Monday, Feb. 25, 1946

Lost Secrets

In last Friday's cold, grey dawn, two tall and dead-serious Royal Canadian Mounted Policemen knocked on the door of an Ottawa apartment. When the door opened, they walked in. Shortly they walked out again--with the sleepy occupant in tow.

At the same hour, the same thing happened elsewhere in the capital. Not all the raids went off as planned. At a third-floor apartment on Ottawa's Elgin Street, four Mounties almost failed to get their man. When they entered, they were thumped by the awakened tenant, who thought he was being robbed. The man they really wanted was asleep next door. There were raids elsewhere in Canada too--reportedly in Toronto, Montreal, Edmonton. By week's end at least a score of men were "detained." One Canadian was reportedly picked up in London.

These were not ordinary arrests. They were part of one of the most shocking spy stories in Dominion history. Prime Minister William Lyon Mackenzie King told part of the sobering truth in an unprecedented, 320-word statement: "Information of undoubted authenticity has reached the Canadian Government which establishes that there have been disclosures of secret and confidential information to ... a foreign mission in Ottawa. . . . The persons involved include some now employed or who have been employed in a number of [Government departments]." The rest of the truth was harder to pin down.

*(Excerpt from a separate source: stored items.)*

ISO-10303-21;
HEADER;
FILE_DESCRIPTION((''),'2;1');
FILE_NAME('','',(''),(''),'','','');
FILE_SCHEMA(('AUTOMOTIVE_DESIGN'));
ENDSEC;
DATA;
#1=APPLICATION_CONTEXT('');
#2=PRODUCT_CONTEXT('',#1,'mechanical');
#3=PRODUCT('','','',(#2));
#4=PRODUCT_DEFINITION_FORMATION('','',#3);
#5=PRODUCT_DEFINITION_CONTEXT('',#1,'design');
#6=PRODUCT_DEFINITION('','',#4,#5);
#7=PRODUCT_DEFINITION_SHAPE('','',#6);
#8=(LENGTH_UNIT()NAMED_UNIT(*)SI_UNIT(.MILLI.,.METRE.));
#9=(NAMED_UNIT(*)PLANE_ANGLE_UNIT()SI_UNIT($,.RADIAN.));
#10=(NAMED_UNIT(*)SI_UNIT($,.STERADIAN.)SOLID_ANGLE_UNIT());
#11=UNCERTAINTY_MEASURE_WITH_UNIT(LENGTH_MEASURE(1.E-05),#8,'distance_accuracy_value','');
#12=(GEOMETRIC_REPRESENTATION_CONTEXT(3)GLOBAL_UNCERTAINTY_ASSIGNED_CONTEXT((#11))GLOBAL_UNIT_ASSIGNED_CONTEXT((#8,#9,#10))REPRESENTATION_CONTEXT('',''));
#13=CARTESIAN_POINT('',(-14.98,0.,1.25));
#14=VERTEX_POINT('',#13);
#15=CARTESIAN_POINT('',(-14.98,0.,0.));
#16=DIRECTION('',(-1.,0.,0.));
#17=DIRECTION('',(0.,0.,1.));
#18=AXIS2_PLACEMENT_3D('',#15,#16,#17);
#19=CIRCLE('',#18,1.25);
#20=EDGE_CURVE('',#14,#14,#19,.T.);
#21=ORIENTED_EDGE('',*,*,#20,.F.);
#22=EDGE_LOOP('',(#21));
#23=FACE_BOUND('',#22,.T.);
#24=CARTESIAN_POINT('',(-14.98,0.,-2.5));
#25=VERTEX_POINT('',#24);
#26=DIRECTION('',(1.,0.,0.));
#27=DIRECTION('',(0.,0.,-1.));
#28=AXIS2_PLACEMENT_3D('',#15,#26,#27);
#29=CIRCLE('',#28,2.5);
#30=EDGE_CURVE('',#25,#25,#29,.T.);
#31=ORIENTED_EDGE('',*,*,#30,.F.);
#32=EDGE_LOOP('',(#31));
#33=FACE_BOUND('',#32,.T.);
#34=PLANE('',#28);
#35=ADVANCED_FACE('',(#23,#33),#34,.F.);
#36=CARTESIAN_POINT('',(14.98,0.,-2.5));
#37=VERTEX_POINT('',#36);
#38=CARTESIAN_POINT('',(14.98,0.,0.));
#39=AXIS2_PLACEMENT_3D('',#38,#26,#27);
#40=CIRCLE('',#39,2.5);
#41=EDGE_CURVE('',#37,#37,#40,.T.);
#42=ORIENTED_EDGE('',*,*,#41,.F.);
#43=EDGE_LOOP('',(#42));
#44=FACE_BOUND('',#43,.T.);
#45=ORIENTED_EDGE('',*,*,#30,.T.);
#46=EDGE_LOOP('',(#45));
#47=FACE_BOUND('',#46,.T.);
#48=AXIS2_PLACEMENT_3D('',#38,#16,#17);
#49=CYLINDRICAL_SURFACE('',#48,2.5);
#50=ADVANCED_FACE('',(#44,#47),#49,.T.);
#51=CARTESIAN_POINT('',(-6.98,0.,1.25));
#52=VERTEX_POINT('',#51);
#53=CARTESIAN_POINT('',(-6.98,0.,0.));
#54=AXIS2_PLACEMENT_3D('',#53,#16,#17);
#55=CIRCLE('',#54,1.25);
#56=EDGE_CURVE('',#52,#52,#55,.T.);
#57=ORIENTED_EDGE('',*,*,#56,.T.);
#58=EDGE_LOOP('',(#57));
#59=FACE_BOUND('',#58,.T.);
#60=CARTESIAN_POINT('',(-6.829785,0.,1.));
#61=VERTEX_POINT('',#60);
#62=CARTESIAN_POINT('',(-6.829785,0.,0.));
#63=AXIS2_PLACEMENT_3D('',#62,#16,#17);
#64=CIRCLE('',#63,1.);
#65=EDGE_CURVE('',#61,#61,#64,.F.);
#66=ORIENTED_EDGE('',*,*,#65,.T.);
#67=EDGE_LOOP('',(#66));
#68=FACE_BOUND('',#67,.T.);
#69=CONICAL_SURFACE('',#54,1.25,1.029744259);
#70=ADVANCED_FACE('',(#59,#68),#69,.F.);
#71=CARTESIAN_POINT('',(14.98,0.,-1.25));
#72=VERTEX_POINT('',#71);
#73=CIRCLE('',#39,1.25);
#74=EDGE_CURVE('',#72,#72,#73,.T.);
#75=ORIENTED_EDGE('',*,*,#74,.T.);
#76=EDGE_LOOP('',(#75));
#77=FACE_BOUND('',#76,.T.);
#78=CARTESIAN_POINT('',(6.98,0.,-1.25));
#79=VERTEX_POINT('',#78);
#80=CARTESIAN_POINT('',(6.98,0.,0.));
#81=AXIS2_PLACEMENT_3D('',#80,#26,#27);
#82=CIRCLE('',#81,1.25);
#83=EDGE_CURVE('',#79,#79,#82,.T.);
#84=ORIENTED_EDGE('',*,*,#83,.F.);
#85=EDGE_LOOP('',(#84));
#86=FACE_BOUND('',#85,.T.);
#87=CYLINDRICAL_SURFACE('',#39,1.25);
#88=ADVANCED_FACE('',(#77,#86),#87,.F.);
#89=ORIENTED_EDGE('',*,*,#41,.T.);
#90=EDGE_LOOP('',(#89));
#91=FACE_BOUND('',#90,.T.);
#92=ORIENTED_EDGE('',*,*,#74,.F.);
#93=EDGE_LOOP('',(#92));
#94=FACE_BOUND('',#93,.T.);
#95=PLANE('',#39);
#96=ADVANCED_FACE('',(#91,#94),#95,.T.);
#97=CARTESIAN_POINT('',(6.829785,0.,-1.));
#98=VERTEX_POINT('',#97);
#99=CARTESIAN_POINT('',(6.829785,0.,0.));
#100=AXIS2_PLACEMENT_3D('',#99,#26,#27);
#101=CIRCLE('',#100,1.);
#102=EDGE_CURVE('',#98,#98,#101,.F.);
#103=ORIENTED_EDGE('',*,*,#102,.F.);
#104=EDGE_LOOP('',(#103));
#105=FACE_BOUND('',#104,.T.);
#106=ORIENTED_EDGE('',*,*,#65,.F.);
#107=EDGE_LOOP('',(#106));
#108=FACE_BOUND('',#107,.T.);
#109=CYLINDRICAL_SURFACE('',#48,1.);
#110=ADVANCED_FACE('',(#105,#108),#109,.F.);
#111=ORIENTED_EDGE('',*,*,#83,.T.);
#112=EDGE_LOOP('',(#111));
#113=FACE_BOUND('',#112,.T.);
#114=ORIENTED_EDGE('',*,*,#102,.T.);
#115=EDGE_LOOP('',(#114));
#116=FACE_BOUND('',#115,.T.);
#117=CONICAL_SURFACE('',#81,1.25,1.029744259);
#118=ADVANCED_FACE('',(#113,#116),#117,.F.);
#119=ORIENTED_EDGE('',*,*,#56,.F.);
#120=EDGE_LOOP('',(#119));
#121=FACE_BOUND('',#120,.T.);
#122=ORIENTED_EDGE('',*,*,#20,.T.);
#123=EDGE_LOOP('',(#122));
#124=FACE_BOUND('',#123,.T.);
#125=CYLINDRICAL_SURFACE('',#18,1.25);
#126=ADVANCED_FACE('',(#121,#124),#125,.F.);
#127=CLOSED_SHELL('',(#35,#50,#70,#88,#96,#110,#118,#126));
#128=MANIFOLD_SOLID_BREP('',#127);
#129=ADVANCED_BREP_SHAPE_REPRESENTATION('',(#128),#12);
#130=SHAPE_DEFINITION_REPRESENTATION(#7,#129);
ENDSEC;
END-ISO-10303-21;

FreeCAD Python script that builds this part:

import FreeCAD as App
import Part
import Sketcher
Q = App.Units.Quantity


def add_polygon(sketch, points):
    """Adds a closed chain of lines whose ends are joined by coincident constraints."""
    first, n = sketch.GeometryCount, len(points)
    for a, b in zip(points, points[1:] + points[:1]):
        sketch.addGeometry(Part.LineSegment(App.Vector(*a, 0), App.Vector(*b, 0)), False)
    for i in range(n):
        sketch.addConstraint(Sketcher.Constraint("Coincident", first + i, 2, first + (i + 1) % n, 1))

doc = App.newDocument("Part")
body = doc.addObject("PartDesign::Body", "Body")

sketch1 = body.newObject("Sketcher::SketchObject", "Sketch")
sketch1.AttachmentSupport = (doc.getObject("YZ_Plane"), [""])
sketch1.MapMode = "FlatFace"
sketch1.addGeometry(Part.Circle(App.Vector(0, 0, 0), App.Vector(0, 0, 1), 2.5), False)
sketch1.addGeometry(Part.Circle(App.Vector(0, 0, 0), App.Vector(0, 0, 1), 1), False)
sketch1.addConstraint(Sketcher.Constraint("Coincident", 0, 3, -1, 1))
sketch1.addConstraint(Sketcher.Constraint("Coincident", 1, 3, -1, 1))
sketch1.addConstraint(Sketcher.Constraint("Diameter", 0, Q("5 mm")))
sketch1.addConstraint(Sketcher.Constraint("Diameter", 1, Q("2 mm")))
pad1 = body.newObject("PartDesign::Pad", "Pad")
pad1.Profile = sketch1
pad1.Length = 29.96
pad1.Midplane = True

sketch2 = body.newObject("Sketcher::SketchObject", "Sketch001")
sketch2.AttachmentSupport = (doc.getObject("XZ_Plane"), [""])
sketch2.MapMode = "FlatFace"
add_polygon(sketch2, [(6.2, 0), (15, 0), (15, -1.2), (7, -1.2)])
sketch2.addConstraint(Sketcher.Constraint("Horizontal", 0))
sketch2.addConstraint(Sketcher.Constraint("Vertical", 1))
sketch2.addConstraint(Sketcher.Constraint("Horizontal", 2))
sketch2.addConstraint(Sketcher.Constraint("PointOnObject", 0, 2, -1))
sketch2.addConstraint(Sketcher.Constraint("DistanceX", 2, 2, 2, 1, Q("8 mm")))
sketch2.addConstraint(Sketcher.Constraint("Angle", 3, Q("121 deg")))
sketch2.addConstraint(Sketcher.Constraint("DistanceY", 1, 2, 1, 1, Q("1.25 mm")))
sketch2.addConstraint(Sketcher.Constraint("DistanceX", -1, 1, 0, 2, Q("14.98 mm")))
groove = body.newObject("PartDesign::Groove", "Groove")
groove.Profile = sketch2
groove.ReferenceAxis = (sketch2, ["H_Axis"])
groove.Angle = 360
doc.recompute()

mirrored = body.newObject("PartDesign::Mirrored", "Mirrored")
mirrored.Originals = [groove]
mirrored.MirrorPlane = (doc.getObject("YZ_Plane"), [""])
body.Tip = mirrored

doc.recompute()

The foreign power involved was Russia. What Russia wanted was the secret of atomic energy, held jointly by the U.S., Canada and Britain. More particularly she wanted primary scientific data which would enable her own scientists to build a pilot plant for the manufacture of fissionable material--a plant such as Canada owns and operates at Chalk River, Ont. To get such information, Soviet agents had been cultivating susceptible Canadians--some in positions of trust in the Government, some employed in the National Research Council, Canadian custodian of atomic-energy secrets. Little or no money changed hands. The traitorous Canadians had, it was quite clear, collaborated with Russia chiefly for political reasons: they were sympathetic toward Communism.

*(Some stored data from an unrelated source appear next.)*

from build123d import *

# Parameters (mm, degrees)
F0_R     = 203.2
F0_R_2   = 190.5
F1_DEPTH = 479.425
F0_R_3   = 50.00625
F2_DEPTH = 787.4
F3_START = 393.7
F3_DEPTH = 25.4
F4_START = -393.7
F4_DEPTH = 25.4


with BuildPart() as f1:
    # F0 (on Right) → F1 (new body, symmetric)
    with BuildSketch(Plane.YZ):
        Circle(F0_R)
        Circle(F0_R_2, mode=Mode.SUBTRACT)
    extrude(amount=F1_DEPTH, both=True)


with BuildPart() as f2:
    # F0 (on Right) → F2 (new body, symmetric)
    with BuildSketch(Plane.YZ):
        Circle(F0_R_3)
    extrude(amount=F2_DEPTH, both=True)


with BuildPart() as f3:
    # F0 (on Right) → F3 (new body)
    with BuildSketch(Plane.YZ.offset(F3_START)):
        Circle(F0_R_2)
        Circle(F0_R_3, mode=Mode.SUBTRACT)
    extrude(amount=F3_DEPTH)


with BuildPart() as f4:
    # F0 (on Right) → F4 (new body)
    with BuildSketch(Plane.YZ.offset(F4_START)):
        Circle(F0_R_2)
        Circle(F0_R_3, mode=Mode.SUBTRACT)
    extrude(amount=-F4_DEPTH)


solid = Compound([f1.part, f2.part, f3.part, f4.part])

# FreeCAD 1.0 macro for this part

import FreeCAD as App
import Part
import Sketcher
Q = App.Units.Quantity

doc = App.newDocument("Part")
body = doc.addObject("PartDesign::Body", "Body")

# Sketch on YZ plane
sketch1 = body.newObject("Sketcher::SketchObject", "Sketch")
sketch1.AttachmentSupport = (doc.getObject("YZ_Plane"), [""])
sketch1.MapMode = "FlatFace"
sketch1.addGeometry([
    Part.Circle(App.Vector(0, 0, 0), App.Vector(0, 0, 1), 203),
    Part.Circle(App.Vector(0, 0, 0), App.Vector(0, 0, 1), 190),
], False)
sketch1.addConstraint([
    Sketcher.Constraint("Coincident", 0, 3, -1, 1),
    Sketcher.Constraint("Coincident", 1, 3, -1, 1),
    Sketcher.Constraint("Diameter", 0, Q("16 in")),
    Sketcher.Constraint("Diameter", 1, Q("15 in")),
])
pad1 = body.newObject("PartDesign::Pad", "Pad")
pad1.Profile = sketch1
pad1.Length = Q("37.75 in")
pad1.Midplane = True
body2 = doc.addObject("PartDesign::Body", "Body001")

# Sketch on YZ plane
sketch2 = body2.newObject("Sketcher::SketchObject", "Sketch001")
sketch2.AttachmentSupport = (doc.getObject("YZ_Plane001"), [""])
sketch2.MapMode = "FlatFace"
sketch2.addGeometry(Part.Circle(App.Vector(0, 0, 0), App.Vector(0, 0, 1), 50), False)
sketch2.addConstraint([
    Sketcher.Constraint("Coincident", 0, 3, -1, 1),
    Sketcher.Constraint("Diameter", 0, Q("3.9375 in")),
])
pad2 = body2.newObject("PartDesign::Pad", "Pad001")
pad2.Profile = sketch2
pad2.Length = Q("62 in")
pad2.Midplane = True
body3 = doc.addObject("PartDesign::Body", "Body002")

# Sketch on YZ plane
sketch3 = body3.newObject("Sketcher::SketchObject", "Sketch002")
sketch3.AttachmentSupport = (doc.getObject("YZ_Plane002"), [""])
sketch3.MapMode = "FlatFace"
sketch3.AttachmentOffset = App.Placement(App.Vector(0, 0, 15.5 * 25.4), App.Rotation())
sketch3.addGeometry([
    Part.Circle(App.Vector(0, 0, 0), App.Vector(0, 0, 1), 190),
    Part.Circle(App.Vector(0, 0, 0), App.Vector(0, 0, 1), 50),
], False)
sketch3.addConstraint([
    Sketcher.Constraint("Coincident", 0, 3, -1, 1),
    Sketcher.Constraint("Coincident", 1, 3, -1, 1),
    Sketcher.Constraint("Diameter", 0, Q("15 in")),
    Sketcher.Constraint("Diameter", 1, Q("3.9375 in")),
])
pad3 = body3.newObject("PartDesign::Pad", "Pad002")
pad3.Profile = sketch3
pad3.Length = Q("1 in")
body4 = doc.addObject("PartDesign::Body", "Body003")

# Sketch on YZ plane
sketch4 = body4.newObject("Sketcher::SketchObject", "Sketch003")
sketch4.AttachmentSupport = (doc.getObject("YZ_Plane003"), [""])
sketch4.MapMode = "FlatFace"
sketch4.AttachmentOffset = App.Placement(App.Vector(0, 0, -15.5 * 25.4), App.Rotation())
sketch4.addGeometry([
    Part.Circle(App.Vector(0, 0, 0), App.Vector(0, 0, 1), 190),
    Part.Circle(App.Vector(0, 0, 0), App.Vector(0, 0, 1), 50),
], False)
sketch4.addConstraint([
    Sketcher.Constraint("Coincident", 0, 3, -1, 1),
    Sketcher.Constraint("Coincident", 1, 3, -1, 1),
    Sketcher.Constraint("Diameter", 0, Q("15 in")),
    Sketcher.Constraint("Diameter", 1, Q("3.9375 in")),
])
pad4 = body4.newObject("PartDesign::Pad", "Pad003")
pad4.Profile = sketch4
pad4.Length = Q("1 in")
pad4.Reversed = True

doc.recompute()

Canada (and the U.S. and Britain) had learned about the plot months ago, presumably from some tattler involved in it. The Mounties had not moved immediately, for several reasons. For one thing, evidence had to be complete. Furthermore, delay enlarged the catch. Most important, perhaps, were diplomatic considerations that smelled strongly of appeasement: premature disclosure of the plot might have meant a rupture with the Soviet Union just as UNO was gathering for its first meeting.

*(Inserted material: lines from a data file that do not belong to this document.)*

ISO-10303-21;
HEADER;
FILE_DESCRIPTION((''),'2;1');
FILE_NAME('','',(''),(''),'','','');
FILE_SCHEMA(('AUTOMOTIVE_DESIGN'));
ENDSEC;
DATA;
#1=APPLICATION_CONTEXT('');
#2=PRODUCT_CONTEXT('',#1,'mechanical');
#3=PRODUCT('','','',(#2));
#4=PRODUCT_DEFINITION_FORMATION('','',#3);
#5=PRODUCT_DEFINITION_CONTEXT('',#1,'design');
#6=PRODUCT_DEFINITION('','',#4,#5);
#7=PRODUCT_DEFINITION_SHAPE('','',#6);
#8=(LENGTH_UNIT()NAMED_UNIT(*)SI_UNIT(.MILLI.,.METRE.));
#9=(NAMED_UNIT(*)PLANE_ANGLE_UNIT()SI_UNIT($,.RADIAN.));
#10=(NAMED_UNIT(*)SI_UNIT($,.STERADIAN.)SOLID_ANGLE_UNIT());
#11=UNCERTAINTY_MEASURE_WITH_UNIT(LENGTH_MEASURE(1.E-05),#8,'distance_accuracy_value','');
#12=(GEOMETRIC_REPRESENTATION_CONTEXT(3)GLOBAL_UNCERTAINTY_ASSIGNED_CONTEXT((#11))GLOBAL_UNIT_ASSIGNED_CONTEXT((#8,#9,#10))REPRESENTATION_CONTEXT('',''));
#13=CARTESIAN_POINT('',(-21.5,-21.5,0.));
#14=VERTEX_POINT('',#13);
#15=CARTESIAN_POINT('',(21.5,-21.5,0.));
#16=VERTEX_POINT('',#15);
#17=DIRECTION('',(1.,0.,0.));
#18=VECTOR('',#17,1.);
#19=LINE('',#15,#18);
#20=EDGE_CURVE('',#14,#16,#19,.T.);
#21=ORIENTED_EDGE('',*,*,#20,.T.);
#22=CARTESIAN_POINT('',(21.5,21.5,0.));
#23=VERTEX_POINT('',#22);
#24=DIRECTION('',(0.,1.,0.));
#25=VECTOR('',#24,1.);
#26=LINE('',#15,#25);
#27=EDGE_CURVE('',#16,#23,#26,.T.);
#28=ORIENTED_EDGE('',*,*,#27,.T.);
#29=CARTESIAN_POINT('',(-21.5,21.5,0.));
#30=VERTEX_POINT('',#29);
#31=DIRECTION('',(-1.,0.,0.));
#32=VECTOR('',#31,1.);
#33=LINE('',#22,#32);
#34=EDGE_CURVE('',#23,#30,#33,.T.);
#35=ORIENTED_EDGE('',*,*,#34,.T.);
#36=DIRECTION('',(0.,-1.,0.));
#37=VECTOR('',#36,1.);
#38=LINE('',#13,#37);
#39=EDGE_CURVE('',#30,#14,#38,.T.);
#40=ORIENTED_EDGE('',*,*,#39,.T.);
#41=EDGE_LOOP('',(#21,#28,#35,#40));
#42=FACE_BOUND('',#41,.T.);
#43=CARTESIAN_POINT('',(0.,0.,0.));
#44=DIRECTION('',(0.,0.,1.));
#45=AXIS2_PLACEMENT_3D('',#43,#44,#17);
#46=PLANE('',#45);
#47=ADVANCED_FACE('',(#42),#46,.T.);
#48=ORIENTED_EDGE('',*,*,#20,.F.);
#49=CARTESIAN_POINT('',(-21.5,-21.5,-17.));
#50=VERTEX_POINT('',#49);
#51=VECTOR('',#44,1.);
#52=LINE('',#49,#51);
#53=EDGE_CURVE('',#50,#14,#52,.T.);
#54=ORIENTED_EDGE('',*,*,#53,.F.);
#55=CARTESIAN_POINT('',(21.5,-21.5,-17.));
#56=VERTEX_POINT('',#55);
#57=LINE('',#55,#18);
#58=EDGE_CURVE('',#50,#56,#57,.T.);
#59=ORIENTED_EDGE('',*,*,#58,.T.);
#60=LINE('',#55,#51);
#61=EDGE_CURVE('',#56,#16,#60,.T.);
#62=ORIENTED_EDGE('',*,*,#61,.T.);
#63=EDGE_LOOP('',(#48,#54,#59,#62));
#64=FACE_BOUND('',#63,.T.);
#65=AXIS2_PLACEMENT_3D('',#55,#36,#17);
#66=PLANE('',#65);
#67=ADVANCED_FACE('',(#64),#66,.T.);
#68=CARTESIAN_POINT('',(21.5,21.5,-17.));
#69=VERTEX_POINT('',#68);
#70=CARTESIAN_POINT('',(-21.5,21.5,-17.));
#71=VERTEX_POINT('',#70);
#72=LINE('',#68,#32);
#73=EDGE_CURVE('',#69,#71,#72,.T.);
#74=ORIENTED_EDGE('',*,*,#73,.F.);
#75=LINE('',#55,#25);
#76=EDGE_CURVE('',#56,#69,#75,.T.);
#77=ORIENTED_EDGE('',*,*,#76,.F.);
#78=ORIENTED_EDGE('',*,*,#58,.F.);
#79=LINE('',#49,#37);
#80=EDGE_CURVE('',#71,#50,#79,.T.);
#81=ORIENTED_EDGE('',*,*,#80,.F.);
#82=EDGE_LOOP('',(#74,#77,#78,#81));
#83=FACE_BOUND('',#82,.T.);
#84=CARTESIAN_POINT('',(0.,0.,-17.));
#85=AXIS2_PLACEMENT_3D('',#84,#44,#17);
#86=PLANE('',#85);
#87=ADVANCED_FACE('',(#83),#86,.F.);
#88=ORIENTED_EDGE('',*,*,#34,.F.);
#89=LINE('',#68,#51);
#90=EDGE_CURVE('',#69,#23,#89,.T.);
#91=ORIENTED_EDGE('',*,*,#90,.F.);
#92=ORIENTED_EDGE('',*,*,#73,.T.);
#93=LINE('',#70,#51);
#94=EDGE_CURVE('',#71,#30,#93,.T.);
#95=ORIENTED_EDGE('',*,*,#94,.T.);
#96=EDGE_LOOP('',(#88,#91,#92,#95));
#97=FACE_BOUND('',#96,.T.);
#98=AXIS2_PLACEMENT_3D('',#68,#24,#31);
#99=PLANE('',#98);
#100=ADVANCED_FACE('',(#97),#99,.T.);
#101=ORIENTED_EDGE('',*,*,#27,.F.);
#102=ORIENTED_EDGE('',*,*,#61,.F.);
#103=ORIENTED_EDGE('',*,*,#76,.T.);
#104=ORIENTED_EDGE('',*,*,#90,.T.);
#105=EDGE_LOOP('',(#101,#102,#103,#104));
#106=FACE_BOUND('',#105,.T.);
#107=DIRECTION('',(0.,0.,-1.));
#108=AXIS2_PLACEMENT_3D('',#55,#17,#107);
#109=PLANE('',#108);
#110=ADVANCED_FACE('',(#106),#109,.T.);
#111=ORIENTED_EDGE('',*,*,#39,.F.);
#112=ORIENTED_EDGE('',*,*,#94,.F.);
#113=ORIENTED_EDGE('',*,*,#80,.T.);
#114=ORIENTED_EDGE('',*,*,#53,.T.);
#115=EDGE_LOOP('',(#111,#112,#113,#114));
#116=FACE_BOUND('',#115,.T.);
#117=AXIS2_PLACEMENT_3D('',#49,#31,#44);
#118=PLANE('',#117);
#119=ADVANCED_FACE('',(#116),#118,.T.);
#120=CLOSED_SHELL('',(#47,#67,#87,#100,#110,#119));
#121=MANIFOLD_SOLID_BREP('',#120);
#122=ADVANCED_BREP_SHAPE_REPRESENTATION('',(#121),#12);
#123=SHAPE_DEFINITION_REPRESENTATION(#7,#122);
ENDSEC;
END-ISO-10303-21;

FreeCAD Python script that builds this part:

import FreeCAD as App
import Part
import Sketcher

V = App.Vector
Q = App.Units.Quantity


def add_polygon(sketch, points):
    """Adds a closed chain of lines whose ends are joined by coincident constraints."""
    first, n = sketch.GeometryCount, len(points)
    for a, b in zip(points, points[1:] + points[:1]):
        sketch.addGeometry(Part.LineSegment(App.Vector(*a, 0), App.Vector(*b, 0)), False)
    for i in range(n):
        sketch.addConstraint(Sketcher.Constraint("Coincident", first + i, 2, first + (i + 1) % n, 1))

doc = App.newDocument("Part")
body = doc.addObject("PartDesign::Body", "Body")

# Sketch on XY plane
sketch1 = body.newObject("Sketcher::SketchObject", "Sketch")
sketch1.AttachmentSupport = (doc.getObject("XY_Plane"), [""])
sketch1.MapMode = "FlatFace"
add_polygon(sketch1, [(-21.5, 21.5), (-21.5, -21.5), (21.5, -21.5), (21.5, 21.5)])  # lines 0-3
sketch1.addConstraint([
    Sketcher.Constraint("Vertical", 0),
    Sketcher.Constraint("Horizontal", 1),
    Sketcher.Constraint("Vertical", 2),
    Sketcher.Constraint("Horizontal", 3),
    Sketcher.Constraint("Symmetric", 0, 2, 2, 2, -1, 1),
    Sketcher.Constraint("Equal", 3, 0),
    Sketcher.Constraint("DistanceX", 1, 1, 1, 2, Q("43 mm")),
])
pad1 = body.newObject("PartDesign::Pad", "Pad")
pad1.Profile = sketch1
pad1.Length = 17
pad1.Reversed = True

doc.recompute()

Canadians would not long be alone in their shame. Canada is a conservative country, with a very small Communist movement. It took no imagination to visualize what kind of a Soviet network was operating in much larger nations, like the U.S. and Britain. One source, in Washington, said that the FBI could crack down at any moment on 1,500 irresponsible secret-peddlers in the U.S. Such a crackdown was probably not far away.